Exercise instructions: Going from the line that contains "f 135 50 51" to the last line of the material below, repeat every line exactly.

==*==

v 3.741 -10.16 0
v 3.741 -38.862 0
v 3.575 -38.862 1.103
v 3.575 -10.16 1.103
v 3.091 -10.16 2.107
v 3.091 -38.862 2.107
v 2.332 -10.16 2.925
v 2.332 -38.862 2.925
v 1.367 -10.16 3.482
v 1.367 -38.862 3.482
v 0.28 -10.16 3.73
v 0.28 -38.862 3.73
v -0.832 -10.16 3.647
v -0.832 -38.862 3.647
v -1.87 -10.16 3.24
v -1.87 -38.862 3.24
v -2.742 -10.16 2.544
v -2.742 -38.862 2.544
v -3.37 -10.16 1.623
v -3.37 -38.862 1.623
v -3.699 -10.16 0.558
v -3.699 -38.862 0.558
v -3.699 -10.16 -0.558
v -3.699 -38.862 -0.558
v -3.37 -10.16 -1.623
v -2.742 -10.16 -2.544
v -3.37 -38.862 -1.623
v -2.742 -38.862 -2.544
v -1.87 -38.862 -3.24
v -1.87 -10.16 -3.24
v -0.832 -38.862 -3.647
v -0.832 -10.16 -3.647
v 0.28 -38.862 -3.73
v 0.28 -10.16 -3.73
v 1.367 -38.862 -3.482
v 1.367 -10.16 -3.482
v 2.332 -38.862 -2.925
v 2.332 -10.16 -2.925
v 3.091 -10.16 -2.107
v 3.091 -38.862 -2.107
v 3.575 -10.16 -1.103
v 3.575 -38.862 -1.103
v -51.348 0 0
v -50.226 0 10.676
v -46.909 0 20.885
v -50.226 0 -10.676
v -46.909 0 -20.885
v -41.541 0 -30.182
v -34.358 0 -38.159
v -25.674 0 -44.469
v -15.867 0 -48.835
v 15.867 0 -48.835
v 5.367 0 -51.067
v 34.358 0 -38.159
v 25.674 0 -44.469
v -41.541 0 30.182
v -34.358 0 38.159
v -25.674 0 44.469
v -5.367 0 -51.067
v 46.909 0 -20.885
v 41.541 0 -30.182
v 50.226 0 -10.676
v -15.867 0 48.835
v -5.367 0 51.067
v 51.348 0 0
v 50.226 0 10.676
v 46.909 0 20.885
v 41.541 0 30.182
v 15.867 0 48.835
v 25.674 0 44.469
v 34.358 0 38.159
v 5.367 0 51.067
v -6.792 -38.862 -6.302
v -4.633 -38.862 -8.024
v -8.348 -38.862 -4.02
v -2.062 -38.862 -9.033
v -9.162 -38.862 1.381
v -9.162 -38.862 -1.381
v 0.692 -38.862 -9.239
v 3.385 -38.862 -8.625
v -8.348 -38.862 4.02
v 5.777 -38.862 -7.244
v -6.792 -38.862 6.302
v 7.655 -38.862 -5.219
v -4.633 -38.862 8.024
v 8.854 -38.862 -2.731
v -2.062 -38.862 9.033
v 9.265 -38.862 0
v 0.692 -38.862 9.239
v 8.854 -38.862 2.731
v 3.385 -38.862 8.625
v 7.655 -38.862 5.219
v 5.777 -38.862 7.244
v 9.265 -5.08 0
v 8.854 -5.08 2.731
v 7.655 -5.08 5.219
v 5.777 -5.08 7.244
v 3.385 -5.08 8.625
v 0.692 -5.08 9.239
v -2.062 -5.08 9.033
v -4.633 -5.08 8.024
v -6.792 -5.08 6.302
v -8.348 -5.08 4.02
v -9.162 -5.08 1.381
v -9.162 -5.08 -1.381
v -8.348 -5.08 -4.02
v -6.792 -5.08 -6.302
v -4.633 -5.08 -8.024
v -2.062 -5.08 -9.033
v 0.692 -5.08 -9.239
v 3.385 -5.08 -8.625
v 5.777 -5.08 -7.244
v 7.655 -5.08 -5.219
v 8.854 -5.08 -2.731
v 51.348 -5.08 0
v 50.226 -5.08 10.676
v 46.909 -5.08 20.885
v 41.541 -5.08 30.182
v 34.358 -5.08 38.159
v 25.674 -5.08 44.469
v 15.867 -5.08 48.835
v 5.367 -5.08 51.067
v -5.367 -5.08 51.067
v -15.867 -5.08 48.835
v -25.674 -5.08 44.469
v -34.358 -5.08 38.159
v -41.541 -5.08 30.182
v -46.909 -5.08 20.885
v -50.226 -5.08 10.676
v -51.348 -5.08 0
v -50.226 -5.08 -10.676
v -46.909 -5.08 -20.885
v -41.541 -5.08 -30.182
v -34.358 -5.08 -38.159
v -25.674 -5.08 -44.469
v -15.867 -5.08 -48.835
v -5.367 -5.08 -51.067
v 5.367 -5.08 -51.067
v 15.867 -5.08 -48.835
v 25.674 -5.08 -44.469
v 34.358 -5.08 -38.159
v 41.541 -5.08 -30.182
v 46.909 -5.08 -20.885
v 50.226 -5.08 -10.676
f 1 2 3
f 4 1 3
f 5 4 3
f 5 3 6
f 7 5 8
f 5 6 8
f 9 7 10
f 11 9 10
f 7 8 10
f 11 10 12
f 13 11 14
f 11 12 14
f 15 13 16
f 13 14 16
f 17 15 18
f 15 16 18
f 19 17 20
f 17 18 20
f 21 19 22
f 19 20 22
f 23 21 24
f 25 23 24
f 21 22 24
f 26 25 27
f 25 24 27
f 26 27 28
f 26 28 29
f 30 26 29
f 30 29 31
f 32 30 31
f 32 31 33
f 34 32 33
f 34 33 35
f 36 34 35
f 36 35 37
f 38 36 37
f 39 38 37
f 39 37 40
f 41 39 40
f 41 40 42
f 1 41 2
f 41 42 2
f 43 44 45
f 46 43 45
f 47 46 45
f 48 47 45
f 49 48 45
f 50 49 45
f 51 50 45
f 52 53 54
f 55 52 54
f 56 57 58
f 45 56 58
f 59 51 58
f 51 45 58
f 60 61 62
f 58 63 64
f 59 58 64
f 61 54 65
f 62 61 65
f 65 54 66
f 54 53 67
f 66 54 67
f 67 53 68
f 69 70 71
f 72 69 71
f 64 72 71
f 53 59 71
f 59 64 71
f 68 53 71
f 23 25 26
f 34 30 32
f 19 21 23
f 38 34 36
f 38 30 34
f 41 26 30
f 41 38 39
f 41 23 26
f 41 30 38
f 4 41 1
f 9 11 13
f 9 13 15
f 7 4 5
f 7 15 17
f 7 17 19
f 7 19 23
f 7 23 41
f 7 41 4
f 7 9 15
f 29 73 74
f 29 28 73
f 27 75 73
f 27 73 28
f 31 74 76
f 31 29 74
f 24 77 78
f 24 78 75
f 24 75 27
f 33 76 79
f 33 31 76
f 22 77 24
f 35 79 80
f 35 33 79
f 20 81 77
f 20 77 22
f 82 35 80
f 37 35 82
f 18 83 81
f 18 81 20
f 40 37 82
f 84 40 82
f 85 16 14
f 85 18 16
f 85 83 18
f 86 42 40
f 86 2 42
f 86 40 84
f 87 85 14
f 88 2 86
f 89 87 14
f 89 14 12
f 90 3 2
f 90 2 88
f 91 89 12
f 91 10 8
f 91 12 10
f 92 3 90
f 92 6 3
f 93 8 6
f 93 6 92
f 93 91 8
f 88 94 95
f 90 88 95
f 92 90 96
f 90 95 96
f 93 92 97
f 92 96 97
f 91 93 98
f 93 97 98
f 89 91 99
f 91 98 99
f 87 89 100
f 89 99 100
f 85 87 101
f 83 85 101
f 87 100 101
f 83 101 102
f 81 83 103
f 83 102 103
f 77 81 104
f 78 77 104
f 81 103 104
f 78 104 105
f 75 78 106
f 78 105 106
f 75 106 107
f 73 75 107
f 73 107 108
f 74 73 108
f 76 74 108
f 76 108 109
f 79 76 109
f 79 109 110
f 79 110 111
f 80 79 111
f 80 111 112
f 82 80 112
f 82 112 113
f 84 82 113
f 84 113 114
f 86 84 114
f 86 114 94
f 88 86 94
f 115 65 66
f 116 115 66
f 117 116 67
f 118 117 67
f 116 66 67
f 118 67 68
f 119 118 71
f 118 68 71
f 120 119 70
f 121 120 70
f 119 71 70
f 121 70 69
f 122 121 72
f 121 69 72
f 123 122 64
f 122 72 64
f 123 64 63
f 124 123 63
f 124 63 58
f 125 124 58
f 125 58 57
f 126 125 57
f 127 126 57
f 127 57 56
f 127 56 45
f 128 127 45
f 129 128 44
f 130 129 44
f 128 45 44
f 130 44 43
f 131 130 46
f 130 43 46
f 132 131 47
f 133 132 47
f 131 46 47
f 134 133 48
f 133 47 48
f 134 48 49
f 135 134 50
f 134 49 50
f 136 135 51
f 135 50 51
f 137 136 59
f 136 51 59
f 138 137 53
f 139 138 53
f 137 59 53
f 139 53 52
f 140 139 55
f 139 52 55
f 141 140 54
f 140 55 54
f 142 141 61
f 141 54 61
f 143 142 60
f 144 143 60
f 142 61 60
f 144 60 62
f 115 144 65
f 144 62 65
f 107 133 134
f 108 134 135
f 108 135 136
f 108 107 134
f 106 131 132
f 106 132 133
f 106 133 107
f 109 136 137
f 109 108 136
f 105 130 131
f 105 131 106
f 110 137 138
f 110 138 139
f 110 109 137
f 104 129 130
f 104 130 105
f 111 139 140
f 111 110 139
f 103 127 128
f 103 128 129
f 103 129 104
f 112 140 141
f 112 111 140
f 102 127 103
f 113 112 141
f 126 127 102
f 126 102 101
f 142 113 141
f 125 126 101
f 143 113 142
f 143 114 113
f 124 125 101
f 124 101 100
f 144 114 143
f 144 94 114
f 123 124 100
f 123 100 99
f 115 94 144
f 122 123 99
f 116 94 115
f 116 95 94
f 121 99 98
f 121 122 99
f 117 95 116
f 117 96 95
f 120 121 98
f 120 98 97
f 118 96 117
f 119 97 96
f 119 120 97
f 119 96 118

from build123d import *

# Parameters (mm, degrees)
F0_R     = 51.347904
F1_DEPTH = 5.08
F2_R     = 9.265386
F3_DEPTH = 38.862
F4_R     = 3.740808
F5_DEPTH = 28.702


with BuildPart() as f1:
    # F0 (on Front) → F1 (new body)
    with BuildSketch(Plane.XZ):
        Circle(F0_R)
    extrude(amount=F1_DEPTH)

    # F2 (on Front) → F3 (join)
    with BuildSketch(Plane.XZ):
        Circle(F2_R)
    extrude(amount=F3_DEPTH)

    # F4 (on face) → F5 (cut)
    with BuildSketch(Plane.XZ.offset(38.862)):
        Circle(F4_R)
    extrude(amount=-F5_DEPTH, mode=Mode.SUBTRACT)


solid = f1.part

==*==

Result of this task:
f 135 50 51
f 137 136 59
f 136 51 59
f 138 137 53
f 139 138 53
f 137 59 53
f 139 53 52
f 140 139 55
f 139 52 55
f 141 140 54
f 140 55 54
f 142 141 61
f 141 54 61
f 143 142 60
f 144 143 60
f 142 61 60
f 144 60 62
f 115 144 65
f 144 62 65
f 107 133 134
f 108 134 135
f 108 135 136
f 108 107 134
f 106 131 132
f 106 132 133
f 106 133 107
f 109 136 137
f 109 108 136
f 105 130 131
f 105 131 106
f 110 137 138
f 110 138 139
f 110 109 137
f 104 129 130
f 104 130 105
f 111 139 140
f 111 110 139
f 103 127 128
f 103 128 129
f 103 129 104
f 112 140 141
f 112 111 140
f 102 127 103
f 113 112 141
f 126 127 102
f 126 102 101
f 142 113 141
f 125 126 101
f 143 113 142
f 143 114 113
f 124 125 101
f 124 101 100
f 144 114 143
f 144 94 114
f 123 124 100
f 123 100 99
f 115 94 144
f 122 123 99
f 116 94 115
f 116 95 94
f 121 99 98
f 121 122 99
f 117 95 116
f 117 96 95
f 120 121 98
f 120 98 97
f 118 96 117
f 119 97 96
f 119 120 97
f 119 96 118

from build123d import *

# Parameters (mm, degrees)
F0_R     = 51.347904
F1_DEPTH = 5.08
F2_R     = 9.265386
F3_DEPTH = 38.862
F4_R     = 3.740808
F5_DEPTH = 28.702


with BuildPart() as f1:
    # F0 (on Front) → F1 (new body)
    with BuildSketch(Plane.XZ):
        Circle(F0_R)
    extrude(amount=F1_DEPTH)

    # F2 (on Front) → F3 (join)
    with BuildSketch(Plane.XZ):
        Circle(F2_R)
    extrude(amount=F3_DEPTH)

    # F4 (on face) → F5 (cut)
    with BuildSketch(Plane.XZ.offset(38.862)):
        Circle(F4_R)
    extrude(amount=-F5_DEPTH, mode=Mode.SUBTRACT)


solid = f1.part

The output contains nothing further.